Stored data
==============================
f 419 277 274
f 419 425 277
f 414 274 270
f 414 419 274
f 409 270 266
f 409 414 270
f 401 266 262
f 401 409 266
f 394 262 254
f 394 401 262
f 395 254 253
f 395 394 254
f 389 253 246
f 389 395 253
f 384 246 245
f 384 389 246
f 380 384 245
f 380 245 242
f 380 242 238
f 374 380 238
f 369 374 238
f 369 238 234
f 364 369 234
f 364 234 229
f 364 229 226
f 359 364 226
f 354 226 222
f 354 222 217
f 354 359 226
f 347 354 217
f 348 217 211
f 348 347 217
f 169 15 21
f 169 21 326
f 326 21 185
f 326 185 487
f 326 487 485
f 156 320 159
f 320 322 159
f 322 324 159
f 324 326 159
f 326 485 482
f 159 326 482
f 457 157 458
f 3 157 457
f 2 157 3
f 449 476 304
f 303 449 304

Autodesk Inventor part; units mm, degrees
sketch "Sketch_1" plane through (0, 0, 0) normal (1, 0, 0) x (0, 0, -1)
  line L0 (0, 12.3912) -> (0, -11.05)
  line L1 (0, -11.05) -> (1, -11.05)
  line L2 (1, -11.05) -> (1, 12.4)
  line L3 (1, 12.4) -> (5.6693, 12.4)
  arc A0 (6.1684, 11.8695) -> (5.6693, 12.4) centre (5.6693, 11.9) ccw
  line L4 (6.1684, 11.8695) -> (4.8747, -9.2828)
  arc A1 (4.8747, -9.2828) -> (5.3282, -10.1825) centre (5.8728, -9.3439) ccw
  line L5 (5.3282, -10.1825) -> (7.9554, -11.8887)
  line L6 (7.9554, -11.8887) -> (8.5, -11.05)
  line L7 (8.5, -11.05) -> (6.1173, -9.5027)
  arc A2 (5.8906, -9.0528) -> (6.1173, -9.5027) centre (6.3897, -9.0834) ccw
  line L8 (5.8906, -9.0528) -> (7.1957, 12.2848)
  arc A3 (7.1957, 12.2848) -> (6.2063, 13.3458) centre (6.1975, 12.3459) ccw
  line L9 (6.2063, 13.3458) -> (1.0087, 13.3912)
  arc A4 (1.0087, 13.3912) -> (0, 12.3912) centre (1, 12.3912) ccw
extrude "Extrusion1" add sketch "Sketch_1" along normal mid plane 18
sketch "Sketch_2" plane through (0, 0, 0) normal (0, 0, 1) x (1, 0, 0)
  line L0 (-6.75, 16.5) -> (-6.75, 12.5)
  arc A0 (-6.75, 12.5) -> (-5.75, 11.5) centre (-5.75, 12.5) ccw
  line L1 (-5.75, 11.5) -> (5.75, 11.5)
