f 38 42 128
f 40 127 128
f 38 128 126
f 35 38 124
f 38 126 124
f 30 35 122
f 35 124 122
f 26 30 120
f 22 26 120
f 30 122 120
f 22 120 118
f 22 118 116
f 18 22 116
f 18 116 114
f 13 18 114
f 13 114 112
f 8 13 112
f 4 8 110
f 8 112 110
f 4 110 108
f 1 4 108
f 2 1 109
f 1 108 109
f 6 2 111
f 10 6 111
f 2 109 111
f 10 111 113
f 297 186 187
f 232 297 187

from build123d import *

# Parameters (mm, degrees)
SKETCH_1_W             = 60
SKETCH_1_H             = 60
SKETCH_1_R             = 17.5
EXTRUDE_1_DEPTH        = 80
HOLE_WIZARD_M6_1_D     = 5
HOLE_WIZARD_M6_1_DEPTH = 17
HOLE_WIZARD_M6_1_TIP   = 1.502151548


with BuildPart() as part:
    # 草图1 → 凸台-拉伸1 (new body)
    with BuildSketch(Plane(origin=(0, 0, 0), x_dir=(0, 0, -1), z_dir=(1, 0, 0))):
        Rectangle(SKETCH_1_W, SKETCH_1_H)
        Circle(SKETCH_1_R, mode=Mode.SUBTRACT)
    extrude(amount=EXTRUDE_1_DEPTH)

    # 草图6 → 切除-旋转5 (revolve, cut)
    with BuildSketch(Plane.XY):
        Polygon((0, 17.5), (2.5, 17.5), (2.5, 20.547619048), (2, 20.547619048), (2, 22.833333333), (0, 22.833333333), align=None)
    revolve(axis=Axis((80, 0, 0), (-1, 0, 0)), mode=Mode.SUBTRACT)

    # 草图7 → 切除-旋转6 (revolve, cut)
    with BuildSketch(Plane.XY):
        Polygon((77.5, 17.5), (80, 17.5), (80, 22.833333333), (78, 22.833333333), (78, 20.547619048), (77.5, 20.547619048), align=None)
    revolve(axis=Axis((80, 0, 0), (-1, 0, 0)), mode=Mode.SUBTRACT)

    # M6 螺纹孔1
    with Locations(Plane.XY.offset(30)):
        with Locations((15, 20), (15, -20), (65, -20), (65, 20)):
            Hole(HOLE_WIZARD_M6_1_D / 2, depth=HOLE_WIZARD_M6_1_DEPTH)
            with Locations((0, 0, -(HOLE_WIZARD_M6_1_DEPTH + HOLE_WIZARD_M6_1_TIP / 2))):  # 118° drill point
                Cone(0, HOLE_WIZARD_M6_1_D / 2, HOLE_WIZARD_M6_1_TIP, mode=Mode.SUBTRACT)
==============================
WHAT THIS TASK INVOLVES: Which lines hold the word "None"? Copy each of them from the records.

TASK OUTPUT:
        Polygon((0, 17.5), (2.5, 17.5), (2.5, 20.547619048), (2, 20.547619048), (2, 22.833333333), (0, 22.833333333), align=None)
        Polygon((77.5, 17.5), (80, 17.5), (80, 22.833333333), (78, 22.833333333), (78, 20.547619048), (77.5, 20.547619048), align=None)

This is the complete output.